# Thyme Oil vs. Thymol Crystals



## OzarkMountainMan (Apr 26, 2008)

Howdy

What are some good sources for both Thyme Oil and for Thymol Crystals. Do you think there are any benefits of one over the other? I am having a tough time finding either one locally. The health food stores seem to have every essential oil except Thyme. And, i have no idea where to look for Thymol Crystals.

Thanks.


----------



## Nabber86 (Apr 15, 2009)

Well since you are in the Ozarks, why not try Ozark Herbals:

http://www.ozarkherbals.com/eothyme.html

We have been buying there EO's and frangrance oils for years for soap and candle making. 

Top quality and fair prices.


----------



## OzarkMountainMan (Apr 26, 2008)

Nabber86

Thanks for the link. Looks like their prices are reasonable.


----------



## Nabber86 (Apr 15, 2009)

They are good people. 

Thanks to their oils, we have gone off the grid and havnt bought a bar of soap, or a candle, in a store for over 10 years.


----------



## Axtmann (Dec 29, 2002)

For a useful treatment you need 99% and up pure Thymol.
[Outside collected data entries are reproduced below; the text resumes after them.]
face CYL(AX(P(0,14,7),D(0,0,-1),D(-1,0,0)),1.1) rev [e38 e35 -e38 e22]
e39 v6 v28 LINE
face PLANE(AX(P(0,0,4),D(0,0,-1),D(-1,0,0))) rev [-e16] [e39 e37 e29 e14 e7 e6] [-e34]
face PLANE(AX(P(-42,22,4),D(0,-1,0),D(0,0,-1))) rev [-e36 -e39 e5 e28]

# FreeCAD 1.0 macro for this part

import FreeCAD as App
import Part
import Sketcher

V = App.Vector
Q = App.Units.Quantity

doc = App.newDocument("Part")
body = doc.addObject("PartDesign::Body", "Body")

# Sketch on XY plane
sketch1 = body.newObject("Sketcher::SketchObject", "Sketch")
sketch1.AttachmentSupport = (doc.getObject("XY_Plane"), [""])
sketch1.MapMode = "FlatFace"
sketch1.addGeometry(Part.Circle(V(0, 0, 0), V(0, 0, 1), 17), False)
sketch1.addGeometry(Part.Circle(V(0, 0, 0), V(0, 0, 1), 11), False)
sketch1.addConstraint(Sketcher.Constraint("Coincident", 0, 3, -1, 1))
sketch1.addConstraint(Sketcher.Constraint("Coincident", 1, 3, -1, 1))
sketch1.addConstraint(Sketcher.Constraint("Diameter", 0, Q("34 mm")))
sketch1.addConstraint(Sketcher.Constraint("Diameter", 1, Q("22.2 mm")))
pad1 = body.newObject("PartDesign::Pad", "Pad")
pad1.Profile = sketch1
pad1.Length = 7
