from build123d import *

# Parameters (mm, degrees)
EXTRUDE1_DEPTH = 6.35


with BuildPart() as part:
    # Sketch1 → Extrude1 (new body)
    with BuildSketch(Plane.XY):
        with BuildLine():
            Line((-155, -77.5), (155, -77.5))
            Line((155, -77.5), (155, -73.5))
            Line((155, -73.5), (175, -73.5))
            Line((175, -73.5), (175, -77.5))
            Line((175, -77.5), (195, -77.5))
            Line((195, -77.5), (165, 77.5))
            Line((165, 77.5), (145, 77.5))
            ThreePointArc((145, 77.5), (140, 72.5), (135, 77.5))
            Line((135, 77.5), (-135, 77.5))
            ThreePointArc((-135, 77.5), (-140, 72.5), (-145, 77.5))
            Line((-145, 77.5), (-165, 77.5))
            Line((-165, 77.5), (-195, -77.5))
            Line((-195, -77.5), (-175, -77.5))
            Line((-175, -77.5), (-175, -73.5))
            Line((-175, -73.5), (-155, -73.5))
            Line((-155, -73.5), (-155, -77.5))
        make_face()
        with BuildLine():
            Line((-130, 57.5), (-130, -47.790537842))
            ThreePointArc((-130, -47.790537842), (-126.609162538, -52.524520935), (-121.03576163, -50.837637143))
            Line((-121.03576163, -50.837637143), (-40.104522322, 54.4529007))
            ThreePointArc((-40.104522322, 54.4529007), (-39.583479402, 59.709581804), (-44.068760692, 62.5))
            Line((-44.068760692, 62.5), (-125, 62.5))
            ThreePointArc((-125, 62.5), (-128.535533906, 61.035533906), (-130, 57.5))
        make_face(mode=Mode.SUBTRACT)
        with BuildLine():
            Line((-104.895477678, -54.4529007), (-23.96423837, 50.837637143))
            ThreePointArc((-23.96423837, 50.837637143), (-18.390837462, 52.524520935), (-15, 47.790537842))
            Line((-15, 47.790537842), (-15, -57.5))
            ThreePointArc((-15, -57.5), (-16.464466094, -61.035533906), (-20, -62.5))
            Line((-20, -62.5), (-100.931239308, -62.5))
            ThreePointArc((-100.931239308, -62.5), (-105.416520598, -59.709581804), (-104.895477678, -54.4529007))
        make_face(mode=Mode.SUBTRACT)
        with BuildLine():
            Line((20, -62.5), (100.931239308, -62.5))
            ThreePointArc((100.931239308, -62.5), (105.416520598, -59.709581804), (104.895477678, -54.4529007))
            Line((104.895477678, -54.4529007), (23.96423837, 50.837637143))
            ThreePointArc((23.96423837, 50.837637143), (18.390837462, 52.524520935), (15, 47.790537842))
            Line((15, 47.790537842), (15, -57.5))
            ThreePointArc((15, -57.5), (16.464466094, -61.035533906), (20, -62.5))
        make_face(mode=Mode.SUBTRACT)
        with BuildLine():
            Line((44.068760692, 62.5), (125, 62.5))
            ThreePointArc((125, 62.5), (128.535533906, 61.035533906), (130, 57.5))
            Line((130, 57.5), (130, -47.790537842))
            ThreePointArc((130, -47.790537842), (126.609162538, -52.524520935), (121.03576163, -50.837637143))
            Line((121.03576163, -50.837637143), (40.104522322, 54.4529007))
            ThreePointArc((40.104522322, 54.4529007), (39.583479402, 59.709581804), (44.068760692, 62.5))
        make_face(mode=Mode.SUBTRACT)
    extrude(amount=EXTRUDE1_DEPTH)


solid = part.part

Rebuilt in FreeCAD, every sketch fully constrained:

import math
import FreeCAD as App
import Part
import Sketcher

doc = App.newDocument("Part")
params = doc.addObject("Spreadsheet::Sheet", "Params")
for row, (alias, value) in enumerate([
    ("sketch1_radius", "5 mm"),
    ("sketch1_radius2", "5 mm"),
    ("sketch1_radius3", "5 mm"),
    ("sketch1_radius4", "5 mm"),
    ("sketch1_radius5", "5 mm"),
    ("pad1_length", "6.35 mm"),
], start=1):
    params.set(f"A{row}", alias)
    params.set(f"B{row}", "=" + value)
    params.setAlias(f"B{row}", alias)

body = doc.addObject("PartDesign::Body", "Body")

sketch1 = body.newObject("Sketcher::SketchObject", "Sketch")
sketch1.AttachmentSupport = (doc.getObject("XY_Plane"), [""])
sketch1.MapMode = "FlatFace"
sketch1.addGeometry(Part.LineSegment(App.Vector(-155, -77.5, 0), App.Vector(155, -77.5, 0)), False)
sketch1.addGeometry(Part.LineSegment(App.Vector(155, -77.5, 0), App.Vector(155, -73.5, 0)), False)
sketch1.addGeometry(Part.LineSegment(App.Vector(155, -73.5, 0), App.Vector(175, -73.5, 0)), False)
sketch1.addGeometry(Part.LineSegment(App.Vector(175, -73.5, 0), App.Vector(175, -77.5, 0)), False)
sketch1.addGeometry(Part.LineSegment(App.Vector(175, -77.5, 0), App.Vector(195, -77.5, 0)), False)
sketch1.addGeometry(Part.LineSegment(App.Vector(195, -77.5, 0), App.Vector(165, 77.5, 0)), False)
sketch1.addGeometry(Part.LineSegment(App.Vector(165, 77.5, 0), App.Vector(145, 77.5, 0)), False)
sketch1.addGeometry(Part.ArcOfCircle(Part.Circle(App.Vector(140, 77.5, 0), App.Vector(0, 0, 1), 5), math.radians(180), math.radians(360)), False)
sketch1.addGeometry(Part.LineSegment(App.Vector(135, 77.5, 0), App.Vector(-135, 77.5, 0)), False)
sketch1.addGeometry(Part.ArcOfCircle(Part.Circle(App.Vector(-140, 77.5, 0), App.Vector(0, 0, 1), 5), math.radians(180), math.radians(360)), False)
sketch1.addGeometry(Part.LineSegment(App.Vector(-145, 77.5, 0), App.Vector(-165, 77.5, 0)), False)
sketch1.addGeometry(Part.LineSegment(App.Vector(-165, 77.5, 0), App.Vector(-195, -77.5, 0)), False)
sketch1.addGeometry(Part.LineSegment(App.Vector(-195, -77.5, 0), App.Vector(-175, -77.5, 0)), False)
sketch1.addGeometry(Part.LineSegment(App.Vector(-175, -77.5, 0), App.Vector(-175, -73.5, 0)), False)
sketch1.addGeometry(Part.LineSegment(App.Vector(-175, -73.5, 0), App.Vector(-155, -73.5, 0)), False)
sketch1.addGeometry(Part.LineSegment(App.Vector(-155, -73.5, 0), App.Vector(-155, -77.5, 0)), False)
sketch1.addGeometry(Part.ArcOfCircle(Part.Circle(App.Vector(-100.931239, -57.5, 0), App.Vector(0, 0, 1), 5), math.radians(142.452433), math.radians(270)), False)
sketch1.addGeometry(Part.LineSegment(App.Vector(-104.895478, -54.452901, 0), App.Vector(-23.964238, 50.837637, 0)), False)
sketch1.addGeometry(Part.ArcOfCircle(Part.Circle(App.Vector(-20, 47.790538, 0), App.Vector(0, 0, 1), 5), math.radians(0), math.radians(142.452433)), False)
sketch1.addGeometry(Part.LineSegment(App.Vector(-15, 47.790538, 0), App.Vector(-15, -57.5, 0)), False)
sketch1.addGeometry(Part.ArcOfCircle(Part.Circle(App.Vector(-20, -57.5, 0), App.Vector(0, 0, 1), 5), math.radians(-90), math.radians(0)), False)
sketch1.addGeometry(Part.LineSegment(App.Vector(-20, -62.5, 0), App.Vector(-100.931239, -62.5, 0)), False)
sketch1.addGeometry(Part.LineSegment(App.Vector(100.931239, -62.5, 0), App.Vector(20, -62.5, 0)), False)
sketch1.addGeometry(Part.ArcOfCircle(Part.Circle(App.Vector(20, -57.5, 0), App.Vector(0, 0, 1), 5), math.radians(180), math.radians(270)), False)
sketch1.addGeometry(Part.LineSegment(App.Vector(15, -57.5, 0), App.Vector(15, 47.790538, 0)), False)
sketch1.addGeometry(Part.ArcOfCircle(Part.Circle(App.Vector(20, 47.790538, 0), App.Vector(0, 0, 1), 5), math.radians(37.547567), math.radians(180)), False)
sketch1.addGeometry(Part.LineSegment(App.Vector(23.964238, 50.837637, 0), App.Vector(104.895478, -54.452901, 0)), False)
sketch1.addGeometry(Part.ArcOfCircle(Part.Circle(App.Vector(100.931239, -57.5, 0), App.Vector(0, 0, 1), 5), math.radians(-90), math.radians(37.547567)), False)
sketch1.addGeometry(Part.LineSegment(App.Vector(-130, -47.790538, 0), App.Vector(-130, 57.5, 0)), False)
sketch1.addGeometry(Part.ArcOfCircle(Part.Circle(App.Vector(-125, 57.5, 0), App.Vector(0, 0, 1), 5), math.radians(90), math.radians(180)), False)
sketch1.addGeometry(Part.LineSegment(App.Vector(-125, 62.5, 0), App.Vector(-44.068761, 62.5, 0)), False)
sketch1.addGeometry(Part.ArcOfCircle(Part.Circle(App.Vector(-44.068761, 57.5, 0), App.Vector(0, 0, 1), 5), math.radians(-37.547567), math.radians(90)), False)
sketch1.addGeometry(Part.LineSegment(App.Vector(-40.104522, 54.452901, 0), App.Vector(-121.035762, -50.837637, 0)), False)
sketch1.addGeometry(Part.ArcOfCircle(Part.Circle(App.Vector(-125, -47.790538, 0), App.Vector(0, 0, 1), 5), math.radians(180), math.radians(322.452433)), False)
sketch1.addGeometry(Part.ArcOfCircle(Part.Circle(App.Vector(44.068761, 57.5, 0), App.Vector(0, 0, 1), 5), math.radians(90), math.radians(217.547567)), False)
sketch1.addGeometry(Part.LineSegment(App.Vector(44.068761, 62.5, 0), App.Vector(125, 62.5, 0)), False)
sketch1.addGeometry(Part.ArcOfCircle(Part.Circle(App.Vector(125, 57.5, 0), App.Vector(0, 0, 1), 5), math.radians(0), math.radians(90)), False)
sketch1.addGeometry(Part.LineSegment(App.Vector(130, 57.5, 0), App.Vector(130, -47.790538, 0)), False)
sketch1.addGeometry(Part.ArcOfCircle(Part.Circle(App.Vector(125, -47.790538, 0), App.Vector(0, 0, 1), 5), math.radians(-142.452433), math.radians(0)), False)
sketch1.addGeometry(Part.LineSegment(App.Vector(121.035762, -50.837637, 0), App.Vector(40.104522, 54.452901, 0)), False)
sketch1.addConstraint(Sketcher.Constraint("Coincident", 0, 2, 1, 1))
sketch1.addConstraint(Sketcher.Constraint("Coincident", 1, 2, 2, 1))
sketch1.addConstraint(Sketcher.Constraint("Coincident", 2, 2, 3, 1))
sketch1.addConstraint(Sketcher.Constraint("Coincident", 3, 2, 4, 1))
sketch1.addConstraint(Sketcher.Constraint("Coincident", 4, 2, 5, 1))
sketch1.addConstraint(Sketcher.Constraint("Coincident", 5, 2, 6, 1))
sketch1.addConstraint(Sketcher.Constraint("Coincident", 6, 2, 7, 2))
sketch1.addConstraint(Sketcher.Constraint("Coincident", 7, 1, 8, 1))
sketch1.addConstraint(Sketcher.Constraint("Coincident", 8, 2, 9, 2))
sketch1.addConstraint(Sketcher.Constraint("Coincident", 9, 1, 10, 1))
sketch1.addConstraint(Sketcher.Constraint("Coincident", 10, 2, 11, 1))
sketch1.addConstraint(Sketcher.Constraint("Coincident", 11, 2, 12, 1))
sketch1.addConstraint(Sketcher.Constraint("Coincident", 12, 2, 13, 1))
sketch1.addConstraint(Sketcher.Constraint("Coincident", 13, 2, 14, 1))
sketch1.addConstraint(Sketcher.Constraint("Coincident", 14, 2, 15, 1))
sketch1.addConstraint(Sketcher.Constraint("Coincident", 15, 2, 0, 1))
sketch1.addConstraint(Sketcher.Constraint("Coincident", 16, 1, 17, 1))
sketch1.addConstraint(Sketcher.Constraint("Coincident", 17, 2, 18, 2))
sketch1.addConstraint(Sketcher.Constraint("Coincident", 18, 1, 19, 1))
sketch1.addConstraint(Sketcher.Constraint("Coincident", 19, 2, 20, 2))
sketch1.addConstraint(Sketcher.Constraint("Coincident", 20, 1, 21, 1))
sketch1.addConstraint(Sketcher.Constraint("Coincident", 21, 2, 16, 2))
sketch1.addConstraint(Sketcher.Constraint("Coincident", 22, 2, 23, 2))
sketch1.addConstraint(Sketcher.Constraint("Coincident", 23, 1, 24, 1))
sketch1.addConstraint(Sketcher.Constraint("Coincident", 24, 2, 25, 2))
sketch1.addConstraint(Sketcher.Constraint("Coincident", 25, 1, 26, 1))
sketch1.addConstraint(Sketcher.Constraint("Coincident", 26, 2, 27, 2))
sketch1.addConstraint(Sketcher.Constraint("Coincident", 27, 1, 22, 1))
sketch1.addConstraint(Sketcher.Constraint("Coincident", 28, 2, 29, 2))
sketch1.addConstraint(Sketcher.Constraint("Coincident", 29, 1, 30, 1))
sketch1.addConstraint(Sketcher.Constraint("Coincident", 30, 2, 31, 2))
sketch1.addConstraint(Sketcher.Constraint("Coincident", 31, 1, 32, 1))
sketch1.addConstraint(Sketcher.Constraint("Coincident", 32, 2, 33, 2))
sketch1.addConstraint(Sketcher.Constraint("Coincident", 33, 1, 28, 1))
sketch1.addConstraint(Sketcher.Constraint("Coincident", 34, 1, 35, 1))
sketch1.addConstraint(Sketcher.Constraint("Coincident", 35, 2, 36, 2))
sketch1.addConstraint(Sketcher.Constraint("Coincident", 36, 1, 37, 1))
sketch1.addConstraint(Sketcher.Constraint("Coincident", 37, 2, 38, 2))
sketch1.addConstraint(Sketcher.Constraint("Coincident", 38, 1, 39, 1))
sketch1.addConstraint(Sketcher.Constraint("Coincident", 39, 2, 34, 2))
sketch1.addConstraint(Sketcher.Constraint("Horizontal", 0))
sketch1.addConstraint(Sketcher.Constraint("Vertical", 1))
sketch1.addConstraint(Sketcher.Constraint("Horizontal", 2))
This is only available in crystal form or mixed in paste like Apiguard or others.

The Thymol concentration in your oil is for sure not more than 65-70%. For one successful treatment you would need at least 3 bottles oil per hive evaporated over a 3-4 week time, everything less would be wasting money for nothing.


----------



## OzarkMountainMan (Apr 26, 2008)

Axtmann

Do you have a good source for the crystals? What type of store might I find them in locally? 

Thanks


----------



## PCM (Sep 18, 2007)

Do a Google, number of places, but probably not local.

PCM


----------



## alpha6 (May 12, 2008)

Axtmann, please state your source for this info. We have been using thymol oil for treatment of mites for three years now with a zero to near zero count on mites in hundreds of hives. It does work and is an extremely useful treatment. We give it to them in their feed and it takes very little to be effective. 



Axtmann said:


> For a useful treatment you need 99% and up pure Thymol. This is only available in crystal form or mixed in paste like Apiguard or others.
> 
> The Thymol concentration in your oil is for sure not more than 65-70%. For one successful treatment you would need at least 3 bottles oil per hive evaporated over a 3-4 week time, everything less would be wasting money for nothing.


----------



## OzarkMountainMan (Apr 26, 2008)

alpha6

I have your recipes, and I appreciate the many times you have posted them. I plan on trying them when I find the supplies. Do you have a good source for the oil? Also, I tried our local brewery for yeast, but had no luck. Is there a good source to purchase? Most of what I have seen has been very expensive for very small amounts.

Thanks for your help.


----------



## alpha6 (May 12, 2008)

I get the thyme oil at the local vitamin cottage. It runs $4.95 or so an oz. An oz lasts for awhile as you only use a limited amount. Brewers yeast can be ordered from Mann Lake and others but the shipment costs will kill you as it is in 50 lb bags. I can get the dry mix at my local CO OP,and I think it was around $35 for a 50 lb bag. You may want to check there or something similar. You may also want to check Walter T. Kelley as they have free shipping on certain days this month. I am not sure they have it as I can't get their web site to load.


----------



## OzarkMountainMan (Apr 26, 2008)

alpha6

Thanks. The only local sources I had found were the health food stores and the prices were through the roof (12.99 for 1 oz. of oil). I have a call in to the Coop for the yeast.


----------



## alpha6 (May 12, 2008)

Here is a link for some. Maybe if you ordered a couple it would be worth the freight. 

http://www.herbalremedies.com/thymoil100pu.html


----------



## brooksbeefarm (Apr 13, 2008)

I couldn't find brewers yeast anywhere in my area and broke down and ordered 50 lbs from Mann Lake. Shipping and the cost of brewers yeast to my area was $62.00, but 50 lbs. should last me with 60 hives a long time. Jack


----------



## Hambone (Mar 17, 2008)

Hey Jack. Want to share your sub formula or is it a secret.


----------



## Axtmann (Dec 29, 2002)

I have some Thymol strips left and put them on a scale.
2 strips have 25 grams and contains 99.6% pure Thymol, 1 ounce = 28 grams.

Now the calculation, you paid 12.99 for one ounce oil and I paid 2.50 Euro (approx 3.60 dollar) for 25 grams crystals (two strips). If I solve the strips in FGMO the result is your oil. Is there a way to get a better deal?


----------



## brooksbeefarm (Apr 13, 2008)

Hambone said:


> Hey Jack. Want to share your sub formula or is it a secret.


Hambone, it's no secret, i used the Alpha6 formula's on 20 hives and they are doing great except for 3 that were late summer nuc's that are short on stores (my fault and the weathers), Otherwise they are healthy and strong. Next spring i'm going to treat them all with Dave's formula's it's a little time consuming but it payed off on the 20 i treated.
A word of caution, i had 3 hive's with heavy loads of varroa mites and mixed the frame spray with more thymol oil than Daves formula called for, (thought i'd kill them suckers) to make a long story short all three hives swarmed within four day's . Don't know if it was the strong smell of thym or the varroa that made them swarm, but know bees stayed with their hive and only ten to fifteen were found dead in each hive. Jack


----------



## Hambone (Mar 17, 2008)

Thanks Jack. I have Alpha's formula. I have not made it yet though. I will search Dave's formula.


----------